Updated

Last weekend, television personality Jenny McCarthy was spotted cheering on her sister from the bleachers of a basketball game – only it wasn’t an ordinary basketball game. It was the debut of the Lingerie Basketball League, an offshoot of the wildly popular Lingerie Football League (LFL) which caused jaws to drop when it premiered with body-baring participants a few years ago.

And with barely-there uniforms and overtly sexual catch-phrases and play names like “Red Light Special,” it’s no surprise that it’s attracting some serious attention.

But while lingerie leagues may be revving interest in female sports, some experts argue that the over-sexualization of female athletes is hardly a new concept.

“It does seem as though the popularity of a particular women's sport is often unfortunately tied to how attractive its stars are,” Larry Tobin, former Vice President of Product for FOX Sports Interactive and co-creator of MindSports told FOX411’s Pop Tarts column. “ Mostly though, women's sports suffer from the same problems that most of the non-big four men's sports do. They are fighting for mind-share against long established leagues where a fan's team ties run deep, and it is very difficult to convert someone's time from one sport to another without an incredibly compelling story.”

Click here for more photos from X17 Online

Indeed, the examples of female sports organizations sexing up their images are many.

With the 2012 Olympics in London fast approaching, the Badminton World Federation decided earlier this year that the way to revive declining interest in the sport was to insist female competitors play in skirts or dresses, as opposed to shorts and sweatpants.

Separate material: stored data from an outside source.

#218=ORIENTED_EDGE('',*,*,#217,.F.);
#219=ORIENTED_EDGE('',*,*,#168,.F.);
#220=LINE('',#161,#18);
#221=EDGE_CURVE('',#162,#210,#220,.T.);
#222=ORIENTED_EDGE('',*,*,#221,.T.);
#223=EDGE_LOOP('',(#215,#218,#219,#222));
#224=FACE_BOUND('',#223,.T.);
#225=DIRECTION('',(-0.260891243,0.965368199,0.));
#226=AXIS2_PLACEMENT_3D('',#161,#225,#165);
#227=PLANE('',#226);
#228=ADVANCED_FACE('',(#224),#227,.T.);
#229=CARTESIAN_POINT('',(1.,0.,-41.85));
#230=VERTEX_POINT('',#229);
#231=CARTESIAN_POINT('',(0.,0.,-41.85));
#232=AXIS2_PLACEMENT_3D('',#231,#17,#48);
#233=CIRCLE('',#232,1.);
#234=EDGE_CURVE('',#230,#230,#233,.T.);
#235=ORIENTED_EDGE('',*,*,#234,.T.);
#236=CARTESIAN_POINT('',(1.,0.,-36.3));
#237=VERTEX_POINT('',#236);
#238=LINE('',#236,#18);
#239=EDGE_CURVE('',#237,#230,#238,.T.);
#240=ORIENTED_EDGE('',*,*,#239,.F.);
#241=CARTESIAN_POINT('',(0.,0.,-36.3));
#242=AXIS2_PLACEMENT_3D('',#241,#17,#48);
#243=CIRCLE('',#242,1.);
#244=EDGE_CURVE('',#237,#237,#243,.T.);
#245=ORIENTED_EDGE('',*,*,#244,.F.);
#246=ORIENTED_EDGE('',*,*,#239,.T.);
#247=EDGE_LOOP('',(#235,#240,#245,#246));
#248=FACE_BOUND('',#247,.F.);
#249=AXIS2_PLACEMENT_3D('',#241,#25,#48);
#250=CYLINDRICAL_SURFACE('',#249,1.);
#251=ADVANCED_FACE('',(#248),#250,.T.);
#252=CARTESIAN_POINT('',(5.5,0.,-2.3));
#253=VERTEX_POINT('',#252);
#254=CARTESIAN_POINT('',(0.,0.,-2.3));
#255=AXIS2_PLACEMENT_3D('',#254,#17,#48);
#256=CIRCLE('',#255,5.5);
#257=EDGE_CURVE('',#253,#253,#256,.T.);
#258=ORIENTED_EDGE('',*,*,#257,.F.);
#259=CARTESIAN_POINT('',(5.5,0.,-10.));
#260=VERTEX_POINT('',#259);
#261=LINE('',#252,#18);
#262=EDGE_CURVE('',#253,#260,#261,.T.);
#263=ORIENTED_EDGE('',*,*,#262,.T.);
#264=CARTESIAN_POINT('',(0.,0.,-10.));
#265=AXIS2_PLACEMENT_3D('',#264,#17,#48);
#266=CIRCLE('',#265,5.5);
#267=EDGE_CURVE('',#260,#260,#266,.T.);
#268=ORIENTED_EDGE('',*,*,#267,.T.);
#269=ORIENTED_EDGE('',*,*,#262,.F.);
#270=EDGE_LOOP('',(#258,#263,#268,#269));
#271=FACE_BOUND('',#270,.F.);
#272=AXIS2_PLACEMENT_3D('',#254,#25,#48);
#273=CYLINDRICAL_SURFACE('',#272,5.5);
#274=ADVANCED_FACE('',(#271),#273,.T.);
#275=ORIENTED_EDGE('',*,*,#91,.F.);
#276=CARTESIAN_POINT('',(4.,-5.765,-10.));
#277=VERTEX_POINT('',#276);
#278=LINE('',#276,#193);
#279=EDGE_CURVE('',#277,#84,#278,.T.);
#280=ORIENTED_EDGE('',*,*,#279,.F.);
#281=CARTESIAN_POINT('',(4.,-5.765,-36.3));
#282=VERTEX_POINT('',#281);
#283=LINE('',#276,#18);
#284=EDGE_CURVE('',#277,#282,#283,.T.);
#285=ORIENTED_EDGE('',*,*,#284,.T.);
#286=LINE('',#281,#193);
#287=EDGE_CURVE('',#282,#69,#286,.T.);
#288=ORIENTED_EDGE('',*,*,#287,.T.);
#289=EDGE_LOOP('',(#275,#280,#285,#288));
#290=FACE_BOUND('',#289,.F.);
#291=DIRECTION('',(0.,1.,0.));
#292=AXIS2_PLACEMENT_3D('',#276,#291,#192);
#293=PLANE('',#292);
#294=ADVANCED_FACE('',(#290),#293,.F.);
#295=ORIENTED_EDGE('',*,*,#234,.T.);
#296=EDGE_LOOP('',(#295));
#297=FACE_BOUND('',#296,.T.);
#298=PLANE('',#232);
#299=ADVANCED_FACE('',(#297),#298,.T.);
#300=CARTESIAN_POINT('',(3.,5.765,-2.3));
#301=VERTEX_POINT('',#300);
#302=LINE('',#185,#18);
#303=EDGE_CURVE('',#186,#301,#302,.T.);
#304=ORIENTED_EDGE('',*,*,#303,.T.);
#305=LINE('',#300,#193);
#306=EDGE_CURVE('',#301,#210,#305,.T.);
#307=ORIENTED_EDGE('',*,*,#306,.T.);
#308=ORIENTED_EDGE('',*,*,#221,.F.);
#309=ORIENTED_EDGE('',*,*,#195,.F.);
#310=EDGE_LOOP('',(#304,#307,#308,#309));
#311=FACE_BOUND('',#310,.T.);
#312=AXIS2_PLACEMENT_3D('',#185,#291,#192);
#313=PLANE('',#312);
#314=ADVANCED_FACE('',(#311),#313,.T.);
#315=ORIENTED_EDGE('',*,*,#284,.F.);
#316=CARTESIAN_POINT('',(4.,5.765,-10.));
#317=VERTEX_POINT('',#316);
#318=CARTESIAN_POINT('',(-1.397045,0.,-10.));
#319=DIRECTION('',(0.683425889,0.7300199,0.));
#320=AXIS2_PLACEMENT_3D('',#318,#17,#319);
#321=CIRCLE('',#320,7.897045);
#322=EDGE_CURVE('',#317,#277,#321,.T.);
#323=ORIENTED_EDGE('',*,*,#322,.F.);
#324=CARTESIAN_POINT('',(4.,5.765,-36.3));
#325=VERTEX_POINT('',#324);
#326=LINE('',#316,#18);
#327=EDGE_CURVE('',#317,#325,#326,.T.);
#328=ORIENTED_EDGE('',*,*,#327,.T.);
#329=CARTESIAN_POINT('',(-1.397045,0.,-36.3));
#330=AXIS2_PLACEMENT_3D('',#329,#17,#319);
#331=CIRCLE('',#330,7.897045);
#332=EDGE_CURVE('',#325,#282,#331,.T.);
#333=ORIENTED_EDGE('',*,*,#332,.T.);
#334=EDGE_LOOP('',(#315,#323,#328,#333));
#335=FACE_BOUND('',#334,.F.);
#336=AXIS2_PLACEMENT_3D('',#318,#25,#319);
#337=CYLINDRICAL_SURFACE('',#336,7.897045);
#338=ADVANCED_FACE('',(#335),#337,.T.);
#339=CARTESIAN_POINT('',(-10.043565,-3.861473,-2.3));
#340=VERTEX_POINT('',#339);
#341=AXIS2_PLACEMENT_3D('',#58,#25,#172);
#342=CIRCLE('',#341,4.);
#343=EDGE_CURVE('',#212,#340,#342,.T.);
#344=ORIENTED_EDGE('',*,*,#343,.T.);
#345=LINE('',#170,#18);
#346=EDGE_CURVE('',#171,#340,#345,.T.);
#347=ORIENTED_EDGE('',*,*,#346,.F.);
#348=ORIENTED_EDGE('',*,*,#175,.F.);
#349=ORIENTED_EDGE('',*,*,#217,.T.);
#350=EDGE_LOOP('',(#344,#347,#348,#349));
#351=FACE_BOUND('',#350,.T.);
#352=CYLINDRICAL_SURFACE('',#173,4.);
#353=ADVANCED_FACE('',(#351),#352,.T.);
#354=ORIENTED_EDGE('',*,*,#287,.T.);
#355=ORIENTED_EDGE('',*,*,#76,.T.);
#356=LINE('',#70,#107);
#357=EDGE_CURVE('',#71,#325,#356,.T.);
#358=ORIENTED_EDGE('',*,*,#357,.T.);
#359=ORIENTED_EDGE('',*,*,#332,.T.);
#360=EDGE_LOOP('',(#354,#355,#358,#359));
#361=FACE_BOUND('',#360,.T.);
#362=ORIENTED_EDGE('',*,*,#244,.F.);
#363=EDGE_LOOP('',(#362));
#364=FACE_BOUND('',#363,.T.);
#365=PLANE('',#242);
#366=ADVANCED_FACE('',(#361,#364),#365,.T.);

And several years ago, Sepp Blatter, soccer’s most senior administrator and president of the world governing body FIFA came under fire for suggesting female players wear “tighter shorts” and promote “a more female aesthetic” in an effort to increase the amount of eyeballs on the game.

Then there’s beach volleyball where the ladies show off their taut and tanned figures in bikinis while their male counterparts dink and dive in loose-fitting tank tops and thigh-covering shorts. In gymnastics the young ladies take to the beam and bar in a Lycra leotard, while male competitors don  baggy shorts and/or snug floor-length pants..

So is showing some leg the only way the female leg of sports is ever going to garner mainstream attention?

“It’s not fair (for women to have to wear so little) but we all know sex sells,” said Jessica Hopkins, a dedicated Lingerie Football League player for Seattle Storm. “I'd much prefer to have my skin covered when playing tackle football on hard astro turf, but the lingerie/sexy aspect of our game is what gets people interested and once they come see us play.”

Angie Meyer, sports publicist and founder of the Glam Girls Guide to Sports, also defended the lingerie league as something more than hot chicks bopping about in nothing but their cotton coverings.

“On paper, it looks and sounds derogatory towards women,” she said. “However, when you sit down and watch the intense athleticism of these women, you learn the league is much more than a pretty powder-puff team.”